Maybe something like this would work:
def singlePassMultiFilter[T](
rdd: RDD[T],
f1: T => Boolean,
f2: T => Boolean,
level: StorageLevel = StorageLevel.MEMORY_ONLY
): (RDD[T], RDD[T], Boolean => Unit) = {
val tempRDD = rdd mapPartitions { iter =>
val abuf1 = ArrayBuffer.empty[T]
val abuf2 = ArrayBuffer.empty[T]
for (x <- iter) {
if (f1(x)) abuf1 += x
if (f2(x)) abuf2 += x
Iterator.single((abuf1, abuf2))
val rdd1 = tempRDD.flatMap(_._1)
val rdd2 = tempRDD.flatMap(_._2)
(rdd1, rdd2, (blocking: Boolean) => tempRDD.unpersist(blocking))

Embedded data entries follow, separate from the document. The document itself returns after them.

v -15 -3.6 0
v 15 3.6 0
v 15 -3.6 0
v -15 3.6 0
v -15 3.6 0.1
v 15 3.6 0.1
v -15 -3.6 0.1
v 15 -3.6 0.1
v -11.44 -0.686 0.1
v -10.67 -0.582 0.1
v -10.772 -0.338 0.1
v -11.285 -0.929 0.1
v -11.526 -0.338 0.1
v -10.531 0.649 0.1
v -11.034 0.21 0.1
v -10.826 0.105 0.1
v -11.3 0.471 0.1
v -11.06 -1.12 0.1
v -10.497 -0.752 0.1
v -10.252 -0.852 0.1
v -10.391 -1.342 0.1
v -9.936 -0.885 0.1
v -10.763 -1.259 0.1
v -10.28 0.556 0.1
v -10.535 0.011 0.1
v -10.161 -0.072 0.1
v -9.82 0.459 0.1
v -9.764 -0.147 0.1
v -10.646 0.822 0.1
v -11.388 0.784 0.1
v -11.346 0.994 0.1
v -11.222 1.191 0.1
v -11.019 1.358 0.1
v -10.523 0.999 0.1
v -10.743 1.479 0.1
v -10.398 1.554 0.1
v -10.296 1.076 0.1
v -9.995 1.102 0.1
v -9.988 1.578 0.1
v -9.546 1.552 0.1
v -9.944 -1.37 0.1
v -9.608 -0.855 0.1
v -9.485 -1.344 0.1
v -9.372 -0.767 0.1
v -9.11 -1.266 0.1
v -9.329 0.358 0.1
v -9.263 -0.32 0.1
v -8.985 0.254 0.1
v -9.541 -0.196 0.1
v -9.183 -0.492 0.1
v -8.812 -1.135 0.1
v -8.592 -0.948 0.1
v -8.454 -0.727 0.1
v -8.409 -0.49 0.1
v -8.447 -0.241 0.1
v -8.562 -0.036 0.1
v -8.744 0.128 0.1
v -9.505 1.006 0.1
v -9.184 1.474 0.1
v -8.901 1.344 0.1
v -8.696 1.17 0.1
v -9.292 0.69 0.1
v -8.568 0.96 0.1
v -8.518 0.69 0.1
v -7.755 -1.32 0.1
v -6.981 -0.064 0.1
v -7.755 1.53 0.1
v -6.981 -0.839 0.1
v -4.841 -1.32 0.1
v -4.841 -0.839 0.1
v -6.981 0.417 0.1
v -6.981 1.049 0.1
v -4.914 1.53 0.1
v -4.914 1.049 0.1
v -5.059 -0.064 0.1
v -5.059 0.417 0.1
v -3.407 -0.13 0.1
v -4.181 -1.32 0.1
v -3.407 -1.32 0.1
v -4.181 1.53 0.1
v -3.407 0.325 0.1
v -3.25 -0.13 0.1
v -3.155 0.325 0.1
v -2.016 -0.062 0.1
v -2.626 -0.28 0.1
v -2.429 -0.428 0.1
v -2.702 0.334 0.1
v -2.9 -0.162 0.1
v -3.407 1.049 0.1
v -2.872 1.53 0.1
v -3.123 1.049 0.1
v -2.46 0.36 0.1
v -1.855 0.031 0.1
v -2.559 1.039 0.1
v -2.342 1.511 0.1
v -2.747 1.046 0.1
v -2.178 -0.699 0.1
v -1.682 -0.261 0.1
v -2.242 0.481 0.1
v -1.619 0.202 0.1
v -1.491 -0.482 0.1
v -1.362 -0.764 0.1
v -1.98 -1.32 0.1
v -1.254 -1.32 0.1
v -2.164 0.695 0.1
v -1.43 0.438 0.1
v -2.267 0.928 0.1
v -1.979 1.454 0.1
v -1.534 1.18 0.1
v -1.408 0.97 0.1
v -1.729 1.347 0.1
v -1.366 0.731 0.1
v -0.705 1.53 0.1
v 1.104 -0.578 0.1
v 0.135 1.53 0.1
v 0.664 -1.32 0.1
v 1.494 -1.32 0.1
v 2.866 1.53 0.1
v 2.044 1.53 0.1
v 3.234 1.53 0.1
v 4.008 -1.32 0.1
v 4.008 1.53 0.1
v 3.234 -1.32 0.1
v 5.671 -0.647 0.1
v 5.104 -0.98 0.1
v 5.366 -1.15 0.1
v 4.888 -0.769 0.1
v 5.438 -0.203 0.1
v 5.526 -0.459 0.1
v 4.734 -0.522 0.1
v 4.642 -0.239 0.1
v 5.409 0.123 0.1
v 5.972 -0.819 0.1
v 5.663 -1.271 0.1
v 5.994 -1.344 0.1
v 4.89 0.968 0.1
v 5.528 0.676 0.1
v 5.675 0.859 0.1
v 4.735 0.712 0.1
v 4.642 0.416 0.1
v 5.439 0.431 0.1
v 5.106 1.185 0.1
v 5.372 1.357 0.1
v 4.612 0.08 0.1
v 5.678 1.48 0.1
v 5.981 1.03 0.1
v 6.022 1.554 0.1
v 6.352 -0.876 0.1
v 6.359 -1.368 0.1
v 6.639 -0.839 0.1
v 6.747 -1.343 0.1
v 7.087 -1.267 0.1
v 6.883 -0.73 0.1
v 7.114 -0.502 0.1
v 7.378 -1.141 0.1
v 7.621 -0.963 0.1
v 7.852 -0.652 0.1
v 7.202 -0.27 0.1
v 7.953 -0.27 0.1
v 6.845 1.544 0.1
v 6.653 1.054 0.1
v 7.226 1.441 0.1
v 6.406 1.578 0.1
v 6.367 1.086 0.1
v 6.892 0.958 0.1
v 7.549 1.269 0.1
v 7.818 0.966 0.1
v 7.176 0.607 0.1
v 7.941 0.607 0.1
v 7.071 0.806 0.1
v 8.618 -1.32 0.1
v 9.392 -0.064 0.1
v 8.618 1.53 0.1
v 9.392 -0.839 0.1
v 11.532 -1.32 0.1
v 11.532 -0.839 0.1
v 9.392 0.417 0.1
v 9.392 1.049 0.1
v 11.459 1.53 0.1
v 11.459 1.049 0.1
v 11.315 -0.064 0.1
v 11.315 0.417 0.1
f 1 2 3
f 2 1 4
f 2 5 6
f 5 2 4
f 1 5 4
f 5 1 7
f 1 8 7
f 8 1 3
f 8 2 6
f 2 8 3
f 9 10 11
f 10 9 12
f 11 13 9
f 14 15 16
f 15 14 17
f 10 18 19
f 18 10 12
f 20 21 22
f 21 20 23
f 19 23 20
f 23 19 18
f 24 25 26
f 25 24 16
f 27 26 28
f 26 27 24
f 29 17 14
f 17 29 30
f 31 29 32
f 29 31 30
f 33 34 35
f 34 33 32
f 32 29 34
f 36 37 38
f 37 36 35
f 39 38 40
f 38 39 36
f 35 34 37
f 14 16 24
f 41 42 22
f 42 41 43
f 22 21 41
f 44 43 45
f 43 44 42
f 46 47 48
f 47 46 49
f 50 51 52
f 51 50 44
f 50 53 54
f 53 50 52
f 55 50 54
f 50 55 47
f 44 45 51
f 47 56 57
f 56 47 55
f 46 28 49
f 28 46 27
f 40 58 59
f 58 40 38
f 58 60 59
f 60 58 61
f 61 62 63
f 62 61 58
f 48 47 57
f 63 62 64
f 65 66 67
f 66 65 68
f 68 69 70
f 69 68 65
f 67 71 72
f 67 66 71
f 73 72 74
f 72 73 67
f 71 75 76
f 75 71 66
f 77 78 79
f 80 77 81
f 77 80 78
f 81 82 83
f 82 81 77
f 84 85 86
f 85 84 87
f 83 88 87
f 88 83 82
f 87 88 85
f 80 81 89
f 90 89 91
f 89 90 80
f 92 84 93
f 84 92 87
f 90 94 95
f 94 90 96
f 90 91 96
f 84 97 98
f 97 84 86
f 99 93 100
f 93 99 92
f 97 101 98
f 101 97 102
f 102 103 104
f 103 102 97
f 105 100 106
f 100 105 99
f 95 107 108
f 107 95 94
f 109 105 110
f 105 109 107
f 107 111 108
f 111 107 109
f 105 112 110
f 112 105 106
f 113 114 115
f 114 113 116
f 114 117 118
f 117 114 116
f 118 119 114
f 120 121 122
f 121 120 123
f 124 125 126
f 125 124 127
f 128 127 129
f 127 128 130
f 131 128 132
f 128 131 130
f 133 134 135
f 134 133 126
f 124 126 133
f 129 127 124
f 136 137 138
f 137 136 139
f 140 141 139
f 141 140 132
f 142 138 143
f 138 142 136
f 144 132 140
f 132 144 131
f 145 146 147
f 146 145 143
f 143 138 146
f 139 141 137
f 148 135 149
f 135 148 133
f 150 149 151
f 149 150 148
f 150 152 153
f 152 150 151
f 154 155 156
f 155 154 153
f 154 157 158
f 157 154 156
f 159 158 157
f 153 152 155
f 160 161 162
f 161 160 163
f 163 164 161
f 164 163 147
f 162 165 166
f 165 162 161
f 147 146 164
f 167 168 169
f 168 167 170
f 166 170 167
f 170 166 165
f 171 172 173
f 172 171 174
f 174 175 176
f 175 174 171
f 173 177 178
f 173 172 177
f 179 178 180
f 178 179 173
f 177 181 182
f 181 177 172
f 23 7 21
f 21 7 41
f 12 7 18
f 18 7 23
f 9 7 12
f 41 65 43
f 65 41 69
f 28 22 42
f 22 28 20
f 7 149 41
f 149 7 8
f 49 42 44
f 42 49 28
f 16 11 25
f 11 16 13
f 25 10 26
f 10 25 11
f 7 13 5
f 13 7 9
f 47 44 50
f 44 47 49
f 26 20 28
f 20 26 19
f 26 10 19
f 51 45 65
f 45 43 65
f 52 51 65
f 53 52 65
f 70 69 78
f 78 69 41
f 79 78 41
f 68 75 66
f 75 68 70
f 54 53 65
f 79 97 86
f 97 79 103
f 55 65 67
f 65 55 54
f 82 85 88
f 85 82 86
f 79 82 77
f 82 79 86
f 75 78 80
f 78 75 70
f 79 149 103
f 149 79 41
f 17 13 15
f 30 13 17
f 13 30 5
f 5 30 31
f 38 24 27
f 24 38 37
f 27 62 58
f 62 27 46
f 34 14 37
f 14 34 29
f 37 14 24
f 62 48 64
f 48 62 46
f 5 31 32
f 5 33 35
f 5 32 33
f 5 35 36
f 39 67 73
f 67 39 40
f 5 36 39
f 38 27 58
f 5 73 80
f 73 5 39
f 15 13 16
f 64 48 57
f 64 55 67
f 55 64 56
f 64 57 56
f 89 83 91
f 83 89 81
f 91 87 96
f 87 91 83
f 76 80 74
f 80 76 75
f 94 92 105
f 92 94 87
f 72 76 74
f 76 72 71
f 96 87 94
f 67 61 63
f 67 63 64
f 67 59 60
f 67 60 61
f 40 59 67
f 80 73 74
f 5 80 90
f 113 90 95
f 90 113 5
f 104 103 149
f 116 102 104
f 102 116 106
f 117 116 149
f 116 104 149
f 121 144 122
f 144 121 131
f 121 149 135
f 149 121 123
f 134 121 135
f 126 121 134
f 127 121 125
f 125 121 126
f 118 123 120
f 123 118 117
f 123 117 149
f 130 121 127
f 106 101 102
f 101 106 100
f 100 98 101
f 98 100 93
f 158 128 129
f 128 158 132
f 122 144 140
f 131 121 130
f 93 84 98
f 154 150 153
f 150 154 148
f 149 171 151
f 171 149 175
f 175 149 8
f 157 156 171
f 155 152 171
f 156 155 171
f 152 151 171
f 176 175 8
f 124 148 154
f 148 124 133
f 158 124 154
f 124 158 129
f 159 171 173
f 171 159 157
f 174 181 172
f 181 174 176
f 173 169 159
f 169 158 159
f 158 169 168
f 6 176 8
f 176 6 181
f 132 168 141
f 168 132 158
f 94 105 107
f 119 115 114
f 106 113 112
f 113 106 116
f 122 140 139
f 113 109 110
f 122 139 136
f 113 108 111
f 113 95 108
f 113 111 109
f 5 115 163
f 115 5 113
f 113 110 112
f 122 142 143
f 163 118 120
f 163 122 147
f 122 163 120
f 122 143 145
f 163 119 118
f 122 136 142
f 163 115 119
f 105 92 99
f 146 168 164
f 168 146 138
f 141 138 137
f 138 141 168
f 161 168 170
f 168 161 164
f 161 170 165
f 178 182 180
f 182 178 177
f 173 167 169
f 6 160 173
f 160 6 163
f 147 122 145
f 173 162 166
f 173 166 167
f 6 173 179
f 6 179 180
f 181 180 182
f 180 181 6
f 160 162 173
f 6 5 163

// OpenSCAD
// file: ../p/box5-12.scad
use <../lib.scad>
function ldraw_lib__box5_12() = [
// 0 Box with 5 Faces without Any Edges
// 0 Name: box5-12.dat
// 0 Author: Chris Dee [cwdee]
// 0 !LDRAW_ORG Primitive UPDATE 2009-02
// 0 !LICENSE Licensed under CC BY 2.0 and CC BY 4.0 : see CAreadme.txt
// 
// 0 BFC CERTIFY CCW
  [0,"BFC","CERTIFY"],
  [0,"BFC","CCW"],
// 
// 0 !HISTORY 2009-09-03 [PTadmin] Official Update 2009-02
// 
// 
// 4 16 1 1 1 1 1 -1 -1 1 -1 -1 1 1
  [4,16,1,1,1,1,1,-1,-1,1,-1,-1,1,1],
// 4 16 -1 0 1 1 0 1 1 1 1 -1 1 1
  [4,16,-1,0,1,1,0,1,1,1,1,-1,1,1],
// 4 16 -1 0 -1 -1 0 1 -1 1 1 -1 1 -1
  [4,16,-1,0,-1,-1,0,1,-1,1,1,-1,1,-1],
// 4 16 1 0 -1 -1 0 -1 -1 1 -1 1 1 -1
  [4,16,1,0,-1,-1,0,-1,-1,1,-1,1,1,-1],
// 4 16 1 0 1 1 0 -1 1 1 -1 1 1 1
  [4,16,1,0,1,1,0,-1,1,1,-1,1,1,1],
// 0
];
module ldraw_lib__box5_12(step=0, col=false, unit=2/5, alt=false, line=0.2, solid=!$preview)
    makepoly(ldraw_lib__box5_12(), step=step, col=col, unit=unit, alt=alt, line=line, solid=solid);
ldraw_lib__box5_12(line=0.2);
// main file
use <../lib.scad>
use <../p/box5-12.scad>
function ldraw_lib__190435b() = [
// 0 Sticker  0.9 x  3.7 with "SERVICE"
// 0 Name: 190435b.dat
// 0 Author: J.C. Tchang [tchang]
// 0 !LDRAW_ORG Part UPDATE 2013-02
// 0 !LICENSE Licensed under CC BY 2.0 and CC BY 4.0 : see CAreadme.txt
// 
// 0 BFC CERTIFY CCW
  [0,"BFC","CERTIFY"],
  [0,"BFC","CCW"],
// 
// 0 !KEYWORDS set 646
// 
// 0 !HISTORY 2013-12-23 [PTadmin] Official Update 2013-02
// 
// 
// 1 16 0 -0.25 0 37.5 0 0 0 0.25 0 0 0 9 box5-12.dat
  [1,16,0,-0.25,0,37.5,0,0,0,0.25,0,0,0,9, ldraw_lib__box5_12()],
// 0 //
// 4 15 -26.674 -0.25 -1.456 -26.931 -0.25 -0.844 -28.601 -0.25 -1.715 -28.213 -0.25 -2.322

Note that an action called on rdd1 (resp. rdd2) will cause tempRDD to be computed and persisted. This is practically equivalent to computing rdd2 (resp. rdd1) since the overhead of the flatMap in the definitions of rdd1 and rdd2 are, I believe, going to be pretty negligible.
You would use singlePassMultiFitler like so:
val (rdd1, rdd2, cleanUp) = singlePassMultiFilter(rdd, f1, f2)
rdd1.persist() //I'm going to need `rdd1` more later...
cleanUp(true) //I'm done with `rdd2` and `rdd1` has been persisted so free stuff up...
Clearly this could extended to an arbitrary number of filters, collections of filters, etc.
Have a look at the following question.
Write to multiple outputs by key Spark - one Spark job
You can flatMap an RDD with a function like the following and then do a groupBy on the key.
def multiFilter(words:List[String], line:String) = for { word <- words; if line.contains(word) } yield { (word,line) }
val filterWords = List("a","b")
val filteredRDD = logData.flatMap( line => multiFilter(filterWords, line) )
val groupedRDD = filteredRDD.groupBy(_._1)
But depending on the size of your input RDD you may or not see any performance gains because any of groupBy operations involves a shuffle.
On the other hand if you have enough memory in your Spark cluster you can cache the input RDD and therefore running multiple filter operations may not be as expensive as you think.